Well, Brad and I just got back from Austin yesterday. In my five day visit, I had psych evaluations, counseling sessions, girlie tests, and blood work. WHEW! So, after a 562 question psych test, I get to be the first to say to all of you who thought other wise... I am NOT crazy. YaY!
Bringing you back to the Wednesday we left, I had a friend ask me if i was nervous. At that point I had a lot going on with getting the kids ready for the babysitters, so I didn't have time to be nervous or excited for that matter. We were a little late (okay a lot late) leaving Hattiesburg, so I guess that is when I became a little anxious. I thought for sure we were going to miss our flight. All was fine and we made it no problem. Once arriving in Austin, I was glad we decided not to check our bags, b/c I couldn't get out of the airport fast enough, to see Tara and George. Brad and I decided to stay at their house instead of getting a hotel, and never did I feel that things would be awkward or uncomfortable. We arrived at their house, had dinner and great conversation.

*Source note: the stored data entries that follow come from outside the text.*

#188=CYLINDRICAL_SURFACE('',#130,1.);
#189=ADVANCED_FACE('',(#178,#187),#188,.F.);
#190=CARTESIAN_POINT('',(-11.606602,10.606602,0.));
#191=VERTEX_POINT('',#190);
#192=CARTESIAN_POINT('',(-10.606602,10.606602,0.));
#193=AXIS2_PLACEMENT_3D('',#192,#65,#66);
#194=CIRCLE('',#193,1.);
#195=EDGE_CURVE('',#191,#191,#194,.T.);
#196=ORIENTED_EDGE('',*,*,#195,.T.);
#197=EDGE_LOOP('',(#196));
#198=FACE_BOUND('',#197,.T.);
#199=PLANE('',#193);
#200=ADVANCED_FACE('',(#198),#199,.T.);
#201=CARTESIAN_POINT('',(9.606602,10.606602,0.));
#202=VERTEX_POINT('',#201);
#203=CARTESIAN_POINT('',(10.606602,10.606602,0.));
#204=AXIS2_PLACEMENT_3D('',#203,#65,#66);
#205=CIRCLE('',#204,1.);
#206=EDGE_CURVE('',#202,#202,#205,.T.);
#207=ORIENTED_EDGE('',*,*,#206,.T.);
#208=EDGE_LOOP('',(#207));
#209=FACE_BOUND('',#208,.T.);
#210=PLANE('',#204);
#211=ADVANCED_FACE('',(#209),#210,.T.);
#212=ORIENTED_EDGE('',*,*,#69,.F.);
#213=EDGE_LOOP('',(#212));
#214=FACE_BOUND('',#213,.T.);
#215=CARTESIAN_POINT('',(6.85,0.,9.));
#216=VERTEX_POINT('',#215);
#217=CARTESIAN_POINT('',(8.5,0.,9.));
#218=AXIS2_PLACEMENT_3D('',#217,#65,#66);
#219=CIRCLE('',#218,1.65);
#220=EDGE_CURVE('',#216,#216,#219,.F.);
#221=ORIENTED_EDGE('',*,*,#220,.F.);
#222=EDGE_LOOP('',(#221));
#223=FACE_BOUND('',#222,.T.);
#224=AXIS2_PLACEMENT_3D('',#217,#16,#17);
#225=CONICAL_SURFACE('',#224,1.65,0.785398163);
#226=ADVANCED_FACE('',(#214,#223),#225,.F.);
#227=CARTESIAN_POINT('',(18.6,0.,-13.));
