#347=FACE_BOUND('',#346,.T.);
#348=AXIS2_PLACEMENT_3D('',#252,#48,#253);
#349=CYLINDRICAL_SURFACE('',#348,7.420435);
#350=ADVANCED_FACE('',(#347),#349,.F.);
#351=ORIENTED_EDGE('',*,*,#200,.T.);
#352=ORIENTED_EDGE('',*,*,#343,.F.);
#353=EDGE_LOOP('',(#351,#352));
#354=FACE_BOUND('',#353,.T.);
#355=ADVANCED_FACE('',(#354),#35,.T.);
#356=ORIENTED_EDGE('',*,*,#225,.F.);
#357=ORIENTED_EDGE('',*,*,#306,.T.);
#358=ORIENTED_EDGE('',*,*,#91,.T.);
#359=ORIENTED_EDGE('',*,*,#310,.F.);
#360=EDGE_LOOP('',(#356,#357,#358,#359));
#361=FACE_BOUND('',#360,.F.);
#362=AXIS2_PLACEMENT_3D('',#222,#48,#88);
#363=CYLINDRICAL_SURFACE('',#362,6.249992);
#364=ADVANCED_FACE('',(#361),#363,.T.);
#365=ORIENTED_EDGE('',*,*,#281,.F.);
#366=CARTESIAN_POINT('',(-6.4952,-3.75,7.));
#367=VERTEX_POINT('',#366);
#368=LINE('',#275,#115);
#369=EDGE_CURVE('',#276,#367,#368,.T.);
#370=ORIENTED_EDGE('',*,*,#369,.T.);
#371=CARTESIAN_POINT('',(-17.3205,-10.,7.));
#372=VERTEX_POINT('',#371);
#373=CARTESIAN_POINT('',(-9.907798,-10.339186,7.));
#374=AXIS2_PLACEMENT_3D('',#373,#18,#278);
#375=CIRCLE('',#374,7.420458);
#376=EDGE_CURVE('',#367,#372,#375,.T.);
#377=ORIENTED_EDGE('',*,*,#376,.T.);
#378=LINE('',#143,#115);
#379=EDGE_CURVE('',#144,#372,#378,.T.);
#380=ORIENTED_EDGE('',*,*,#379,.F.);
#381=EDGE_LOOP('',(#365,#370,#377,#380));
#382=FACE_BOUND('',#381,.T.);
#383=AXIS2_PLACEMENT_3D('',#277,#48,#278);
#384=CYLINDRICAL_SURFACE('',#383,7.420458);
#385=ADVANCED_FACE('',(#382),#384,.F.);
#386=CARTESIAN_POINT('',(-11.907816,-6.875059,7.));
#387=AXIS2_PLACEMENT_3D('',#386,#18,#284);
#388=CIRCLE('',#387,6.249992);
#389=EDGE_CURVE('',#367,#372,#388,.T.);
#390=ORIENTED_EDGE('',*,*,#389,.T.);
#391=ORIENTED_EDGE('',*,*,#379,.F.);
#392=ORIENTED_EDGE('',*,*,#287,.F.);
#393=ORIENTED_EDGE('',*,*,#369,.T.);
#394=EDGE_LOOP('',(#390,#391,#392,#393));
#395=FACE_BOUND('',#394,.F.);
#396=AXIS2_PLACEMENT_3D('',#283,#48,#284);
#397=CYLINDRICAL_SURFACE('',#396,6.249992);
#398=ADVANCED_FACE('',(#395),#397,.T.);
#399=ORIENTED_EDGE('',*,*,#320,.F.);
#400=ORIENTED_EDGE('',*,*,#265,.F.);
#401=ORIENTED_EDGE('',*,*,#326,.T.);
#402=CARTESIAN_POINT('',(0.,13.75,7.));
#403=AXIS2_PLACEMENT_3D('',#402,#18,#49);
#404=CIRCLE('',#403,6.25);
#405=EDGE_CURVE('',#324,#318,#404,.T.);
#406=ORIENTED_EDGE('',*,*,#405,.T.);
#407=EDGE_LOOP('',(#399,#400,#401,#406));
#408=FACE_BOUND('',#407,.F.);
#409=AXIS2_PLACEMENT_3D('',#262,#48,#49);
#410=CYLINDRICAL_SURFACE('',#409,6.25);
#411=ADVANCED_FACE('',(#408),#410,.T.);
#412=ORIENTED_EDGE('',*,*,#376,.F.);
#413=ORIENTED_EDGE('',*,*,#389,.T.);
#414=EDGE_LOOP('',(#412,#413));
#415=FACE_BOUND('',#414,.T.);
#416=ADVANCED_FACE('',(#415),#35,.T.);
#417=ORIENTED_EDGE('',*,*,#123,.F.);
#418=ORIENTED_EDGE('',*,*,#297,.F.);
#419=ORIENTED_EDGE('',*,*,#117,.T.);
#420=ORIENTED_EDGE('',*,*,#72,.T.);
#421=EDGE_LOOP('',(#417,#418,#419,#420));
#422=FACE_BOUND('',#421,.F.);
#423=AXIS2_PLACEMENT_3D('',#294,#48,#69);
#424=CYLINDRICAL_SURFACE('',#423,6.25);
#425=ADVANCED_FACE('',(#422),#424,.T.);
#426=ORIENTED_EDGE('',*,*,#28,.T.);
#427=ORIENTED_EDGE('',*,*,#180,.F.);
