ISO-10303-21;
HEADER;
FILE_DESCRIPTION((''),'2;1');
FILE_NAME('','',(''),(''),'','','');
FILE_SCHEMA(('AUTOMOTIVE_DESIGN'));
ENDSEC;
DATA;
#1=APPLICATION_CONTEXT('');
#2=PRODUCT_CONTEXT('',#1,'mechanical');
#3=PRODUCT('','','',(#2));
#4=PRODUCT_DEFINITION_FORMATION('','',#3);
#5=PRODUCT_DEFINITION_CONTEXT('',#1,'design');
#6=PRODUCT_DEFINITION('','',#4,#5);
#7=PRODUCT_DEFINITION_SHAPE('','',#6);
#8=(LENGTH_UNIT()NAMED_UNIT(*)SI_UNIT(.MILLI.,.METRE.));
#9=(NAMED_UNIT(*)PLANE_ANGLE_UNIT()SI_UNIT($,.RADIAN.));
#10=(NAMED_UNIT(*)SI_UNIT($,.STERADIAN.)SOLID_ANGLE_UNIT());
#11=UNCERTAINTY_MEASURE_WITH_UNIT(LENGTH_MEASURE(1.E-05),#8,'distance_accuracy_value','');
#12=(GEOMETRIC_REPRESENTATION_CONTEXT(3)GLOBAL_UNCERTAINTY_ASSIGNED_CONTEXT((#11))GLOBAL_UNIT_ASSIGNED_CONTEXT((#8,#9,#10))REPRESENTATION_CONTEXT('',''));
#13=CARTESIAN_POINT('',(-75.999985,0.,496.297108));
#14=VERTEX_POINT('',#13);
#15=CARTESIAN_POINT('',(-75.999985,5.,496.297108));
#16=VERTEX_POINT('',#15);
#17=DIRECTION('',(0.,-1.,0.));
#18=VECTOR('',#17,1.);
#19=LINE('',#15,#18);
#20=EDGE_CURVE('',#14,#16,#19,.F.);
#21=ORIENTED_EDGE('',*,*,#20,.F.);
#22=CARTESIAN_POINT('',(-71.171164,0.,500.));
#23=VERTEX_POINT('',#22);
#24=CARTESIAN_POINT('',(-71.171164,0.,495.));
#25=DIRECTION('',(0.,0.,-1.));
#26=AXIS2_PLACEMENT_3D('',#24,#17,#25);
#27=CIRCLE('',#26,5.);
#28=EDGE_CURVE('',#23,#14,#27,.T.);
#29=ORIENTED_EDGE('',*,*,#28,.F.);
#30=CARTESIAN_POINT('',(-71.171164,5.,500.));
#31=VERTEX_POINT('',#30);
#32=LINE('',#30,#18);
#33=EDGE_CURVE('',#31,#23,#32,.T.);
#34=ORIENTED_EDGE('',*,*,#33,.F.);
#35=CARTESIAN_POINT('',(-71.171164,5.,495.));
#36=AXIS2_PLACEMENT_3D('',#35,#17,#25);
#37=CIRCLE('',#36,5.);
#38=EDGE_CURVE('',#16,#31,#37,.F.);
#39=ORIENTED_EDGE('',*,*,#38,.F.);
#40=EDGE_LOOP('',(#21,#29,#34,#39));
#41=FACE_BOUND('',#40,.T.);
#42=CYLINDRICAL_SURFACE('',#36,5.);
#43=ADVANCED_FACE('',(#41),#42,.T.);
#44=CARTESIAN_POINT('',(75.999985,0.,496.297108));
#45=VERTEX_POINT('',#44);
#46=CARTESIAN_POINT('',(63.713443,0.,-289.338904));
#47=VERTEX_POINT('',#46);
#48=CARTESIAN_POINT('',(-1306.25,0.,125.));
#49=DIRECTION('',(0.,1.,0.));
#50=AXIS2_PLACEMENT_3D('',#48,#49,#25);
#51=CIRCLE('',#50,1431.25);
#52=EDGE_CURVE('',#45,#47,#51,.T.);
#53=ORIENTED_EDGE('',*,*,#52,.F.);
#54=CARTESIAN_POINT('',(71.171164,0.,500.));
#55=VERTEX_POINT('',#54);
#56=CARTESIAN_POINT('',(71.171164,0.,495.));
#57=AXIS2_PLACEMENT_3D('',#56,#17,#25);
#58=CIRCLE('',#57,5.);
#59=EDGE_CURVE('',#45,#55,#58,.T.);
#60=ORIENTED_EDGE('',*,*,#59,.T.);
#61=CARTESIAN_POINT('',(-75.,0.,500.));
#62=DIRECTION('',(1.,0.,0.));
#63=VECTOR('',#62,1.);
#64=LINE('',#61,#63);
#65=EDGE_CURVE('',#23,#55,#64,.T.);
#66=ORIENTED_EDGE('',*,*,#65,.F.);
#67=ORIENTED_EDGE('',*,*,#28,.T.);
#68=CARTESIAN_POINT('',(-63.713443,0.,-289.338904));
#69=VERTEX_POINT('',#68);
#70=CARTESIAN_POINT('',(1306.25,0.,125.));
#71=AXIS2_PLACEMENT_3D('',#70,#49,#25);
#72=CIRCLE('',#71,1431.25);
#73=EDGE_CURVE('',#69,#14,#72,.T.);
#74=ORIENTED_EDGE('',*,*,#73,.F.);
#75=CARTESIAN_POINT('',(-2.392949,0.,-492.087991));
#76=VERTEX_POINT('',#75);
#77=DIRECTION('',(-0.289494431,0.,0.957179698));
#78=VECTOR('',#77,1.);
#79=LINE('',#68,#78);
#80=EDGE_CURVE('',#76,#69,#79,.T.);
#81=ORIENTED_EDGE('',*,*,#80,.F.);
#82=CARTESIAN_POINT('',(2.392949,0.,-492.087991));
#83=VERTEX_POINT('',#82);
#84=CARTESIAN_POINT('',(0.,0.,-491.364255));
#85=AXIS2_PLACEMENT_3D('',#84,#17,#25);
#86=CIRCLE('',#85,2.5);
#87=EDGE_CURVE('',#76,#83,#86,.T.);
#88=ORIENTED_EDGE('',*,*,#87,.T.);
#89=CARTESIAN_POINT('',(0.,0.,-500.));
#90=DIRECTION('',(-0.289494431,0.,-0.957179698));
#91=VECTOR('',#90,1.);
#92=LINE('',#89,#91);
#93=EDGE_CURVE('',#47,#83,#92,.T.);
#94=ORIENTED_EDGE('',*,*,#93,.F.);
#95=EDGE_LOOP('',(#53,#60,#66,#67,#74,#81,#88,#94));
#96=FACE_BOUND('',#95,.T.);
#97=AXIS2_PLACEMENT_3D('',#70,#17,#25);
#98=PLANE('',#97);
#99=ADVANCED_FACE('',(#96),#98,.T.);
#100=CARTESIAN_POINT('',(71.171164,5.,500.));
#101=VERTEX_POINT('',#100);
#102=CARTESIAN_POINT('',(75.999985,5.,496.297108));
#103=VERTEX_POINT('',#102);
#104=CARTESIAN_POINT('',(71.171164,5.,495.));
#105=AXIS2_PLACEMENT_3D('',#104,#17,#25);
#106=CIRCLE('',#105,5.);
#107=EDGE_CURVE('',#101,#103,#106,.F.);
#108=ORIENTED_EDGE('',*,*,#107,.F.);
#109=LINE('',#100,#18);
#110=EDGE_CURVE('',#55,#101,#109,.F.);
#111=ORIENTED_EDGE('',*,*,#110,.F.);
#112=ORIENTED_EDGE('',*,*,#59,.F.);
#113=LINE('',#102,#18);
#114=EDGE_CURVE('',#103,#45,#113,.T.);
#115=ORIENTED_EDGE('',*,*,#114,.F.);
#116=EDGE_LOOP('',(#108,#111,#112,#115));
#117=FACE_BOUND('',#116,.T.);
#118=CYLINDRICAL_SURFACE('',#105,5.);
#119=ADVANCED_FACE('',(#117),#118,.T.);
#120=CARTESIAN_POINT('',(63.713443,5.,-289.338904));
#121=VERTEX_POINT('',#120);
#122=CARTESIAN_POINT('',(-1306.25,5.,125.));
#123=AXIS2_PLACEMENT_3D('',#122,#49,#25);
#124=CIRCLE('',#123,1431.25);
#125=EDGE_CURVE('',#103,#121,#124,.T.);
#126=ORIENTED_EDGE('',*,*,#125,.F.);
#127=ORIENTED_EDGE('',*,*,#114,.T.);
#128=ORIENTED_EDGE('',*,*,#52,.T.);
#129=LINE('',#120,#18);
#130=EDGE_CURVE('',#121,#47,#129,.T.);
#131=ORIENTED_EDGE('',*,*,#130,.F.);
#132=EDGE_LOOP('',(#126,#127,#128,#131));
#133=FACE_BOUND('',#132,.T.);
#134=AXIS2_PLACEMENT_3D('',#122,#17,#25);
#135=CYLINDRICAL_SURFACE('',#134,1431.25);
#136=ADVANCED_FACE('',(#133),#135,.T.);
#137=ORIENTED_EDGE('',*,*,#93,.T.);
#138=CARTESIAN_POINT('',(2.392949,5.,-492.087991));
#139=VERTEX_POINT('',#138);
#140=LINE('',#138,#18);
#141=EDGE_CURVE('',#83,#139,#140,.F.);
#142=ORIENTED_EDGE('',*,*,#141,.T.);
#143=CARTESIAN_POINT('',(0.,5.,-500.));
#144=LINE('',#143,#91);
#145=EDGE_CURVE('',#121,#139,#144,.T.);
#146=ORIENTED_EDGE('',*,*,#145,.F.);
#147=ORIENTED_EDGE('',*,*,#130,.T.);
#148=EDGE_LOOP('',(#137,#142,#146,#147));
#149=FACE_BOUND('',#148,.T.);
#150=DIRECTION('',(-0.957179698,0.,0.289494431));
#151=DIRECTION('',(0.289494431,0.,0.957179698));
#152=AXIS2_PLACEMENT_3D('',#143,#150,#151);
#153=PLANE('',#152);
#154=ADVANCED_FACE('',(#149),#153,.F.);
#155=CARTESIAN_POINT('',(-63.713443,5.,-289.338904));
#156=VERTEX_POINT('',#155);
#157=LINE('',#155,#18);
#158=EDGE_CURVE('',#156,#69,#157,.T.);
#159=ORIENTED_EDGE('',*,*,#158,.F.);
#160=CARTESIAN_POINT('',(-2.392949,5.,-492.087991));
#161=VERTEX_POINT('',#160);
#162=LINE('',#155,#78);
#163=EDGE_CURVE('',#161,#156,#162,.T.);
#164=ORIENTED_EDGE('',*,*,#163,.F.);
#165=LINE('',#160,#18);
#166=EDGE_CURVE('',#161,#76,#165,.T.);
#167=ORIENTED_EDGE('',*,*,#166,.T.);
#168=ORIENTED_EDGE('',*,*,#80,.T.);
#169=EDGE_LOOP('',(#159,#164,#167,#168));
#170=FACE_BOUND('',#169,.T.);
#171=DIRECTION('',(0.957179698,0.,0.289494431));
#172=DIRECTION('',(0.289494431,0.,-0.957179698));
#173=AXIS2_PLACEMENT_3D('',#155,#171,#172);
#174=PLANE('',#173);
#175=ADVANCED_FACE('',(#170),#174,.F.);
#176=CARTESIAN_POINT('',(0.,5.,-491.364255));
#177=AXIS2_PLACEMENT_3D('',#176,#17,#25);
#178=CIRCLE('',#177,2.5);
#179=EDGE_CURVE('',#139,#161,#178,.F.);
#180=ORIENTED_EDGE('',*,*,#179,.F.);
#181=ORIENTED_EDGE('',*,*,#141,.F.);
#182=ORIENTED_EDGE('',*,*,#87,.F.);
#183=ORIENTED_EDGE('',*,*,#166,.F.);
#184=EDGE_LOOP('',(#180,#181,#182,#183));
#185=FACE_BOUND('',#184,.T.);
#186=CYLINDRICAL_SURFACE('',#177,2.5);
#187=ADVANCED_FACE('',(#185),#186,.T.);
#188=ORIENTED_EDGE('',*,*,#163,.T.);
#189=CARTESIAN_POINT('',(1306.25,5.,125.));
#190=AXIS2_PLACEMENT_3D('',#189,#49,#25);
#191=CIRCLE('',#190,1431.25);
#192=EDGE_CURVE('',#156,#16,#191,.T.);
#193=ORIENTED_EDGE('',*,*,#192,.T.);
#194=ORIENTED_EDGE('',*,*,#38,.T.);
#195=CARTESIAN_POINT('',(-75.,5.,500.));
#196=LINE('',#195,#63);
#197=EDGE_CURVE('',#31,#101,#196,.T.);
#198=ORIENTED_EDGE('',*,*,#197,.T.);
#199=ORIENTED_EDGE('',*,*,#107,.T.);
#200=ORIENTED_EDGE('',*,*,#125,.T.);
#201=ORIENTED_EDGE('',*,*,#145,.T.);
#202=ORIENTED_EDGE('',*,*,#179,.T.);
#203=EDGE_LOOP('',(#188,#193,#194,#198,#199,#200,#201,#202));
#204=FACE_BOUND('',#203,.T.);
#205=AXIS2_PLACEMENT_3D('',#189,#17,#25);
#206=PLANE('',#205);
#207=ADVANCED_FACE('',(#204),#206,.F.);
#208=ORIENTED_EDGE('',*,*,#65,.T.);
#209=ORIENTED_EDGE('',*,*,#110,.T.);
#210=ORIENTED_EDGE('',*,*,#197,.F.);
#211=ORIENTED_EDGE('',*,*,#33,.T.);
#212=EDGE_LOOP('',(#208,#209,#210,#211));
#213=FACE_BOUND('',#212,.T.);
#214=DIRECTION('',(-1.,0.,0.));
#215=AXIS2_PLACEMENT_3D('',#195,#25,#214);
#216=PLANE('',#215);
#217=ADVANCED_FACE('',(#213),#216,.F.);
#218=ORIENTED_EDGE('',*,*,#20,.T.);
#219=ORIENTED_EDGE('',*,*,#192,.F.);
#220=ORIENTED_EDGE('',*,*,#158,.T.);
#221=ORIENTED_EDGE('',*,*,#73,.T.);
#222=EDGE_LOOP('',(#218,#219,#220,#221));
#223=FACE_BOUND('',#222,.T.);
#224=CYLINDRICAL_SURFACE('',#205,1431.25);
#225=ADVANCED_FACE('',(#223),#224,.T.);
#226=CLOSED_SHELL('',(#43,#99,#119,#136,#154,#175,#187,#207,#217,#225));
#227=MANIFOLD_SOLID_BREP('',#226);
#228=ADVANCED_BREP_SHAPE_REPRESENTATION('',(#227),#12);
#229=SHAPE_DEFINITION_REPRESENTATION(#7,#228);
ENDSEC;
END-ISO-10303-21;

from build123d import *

# Parameters (mm, degrees)
BOSS_EXTRUDE1_DEPTH = 5
FILLET1_R           = 5
FILLET2_R           = 2.5


with BuildPart() as part:
    # Sketch1 → Boss-Extrude1 (new body)
    with BuildSketch(Plane(origin=(0, 0, 0), x_dir=(1, 0, 0), z_dir=(0, 1, 0))):
        with BuildLine():
            Line((-75, -500), (75, -500))
            ThreePointArc((75, -500), (124.853709924, -104.537010412), (63.713442869, 289.338904404))
            Line((63.713442869, 289.338904404), (0, 500))
            Line((0, 500), (-63.713442869, 289.338904404))
            ThreePointArc((-63.713442869, 289.338904404), (-124.853709924, -104.537010412), (-75, -500))
        make_face()
    extrude(amount=BOSS_EXTRUDE1_DEPTH)

    # Fillet1
    fillet1_edges = [part.edges().sort_by_distance(p)[0] for p in [
        (75, 2.5, 500),
        (-75, 2.5, 500),
    ]]
    fillet(fillet1_edges, radius=FILLET1_R)

    # Fillet2
    fillet2_edges = [part.edges().sort_by_distance(p)[0] for p in [
        (0, 2.5, -500),
    ]]
    fillet(fillet2_edges, radius=FILLET2_R)


solid = part.part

The next morning was my psych evaluation. This appointment was for me, so Tara dropped me off. I was beginning to feel a bit nervous at this point. I didn't know what to expect, and a lot weighed on this portion of the trip. I had a hour evaluation with the psychiatrist. She inquired about my childhood to my intentions and everything in between. Then came the 562 question True/False test. My goodness I thought I would never finish! That afternoon we all had to come back for a counseling session with all four of us in attendance. She informed me that she reviewed my test and that I was boring. Wow, boring? I would have never thought of myself as boring, but in the psych world, boring is good! YAY! I passed! LOL! Anyway, the counseling session was really just to make sure we ALL were reading from the same book, and on the same paragraph. So I guess, in a way, we all passed! YAY again!
Friday was the day I was really anticipating. We had an appointment with the fertility clinic. I was anxious but calm all at the same time. I had my ultrasound and girlie test and then we all got to sit down with the nurse and go over the whole process. Wow, I thought, things are starting to become so real. After our appointment at the clinic, Brad, Tara and I had to get our blood work done. Not my favorite part of the trip. I hate giving blood. It make me queezy! Yuck! As I write this I chuckle, as I think back to all the shots I have to give myself and the ones Brad has to give me. This is gonna be FUN! Anyway! After they took a total of 15 viles of blood from the three of us, it was time to eat! Now that all of our tests were out of the way, the next day and a half were spent getting to know each other better. We cooked together, laughed together and even spent all day Saturday laying on the couch in pj's together.
Sunday morning came bright and early, time to go home! I was sad to leave and wished we could have stayed longer. Lots of emotions, and feelings went into and came out of this trip. We know that we are always welcome in the Silvio house and we will be going back before we know it.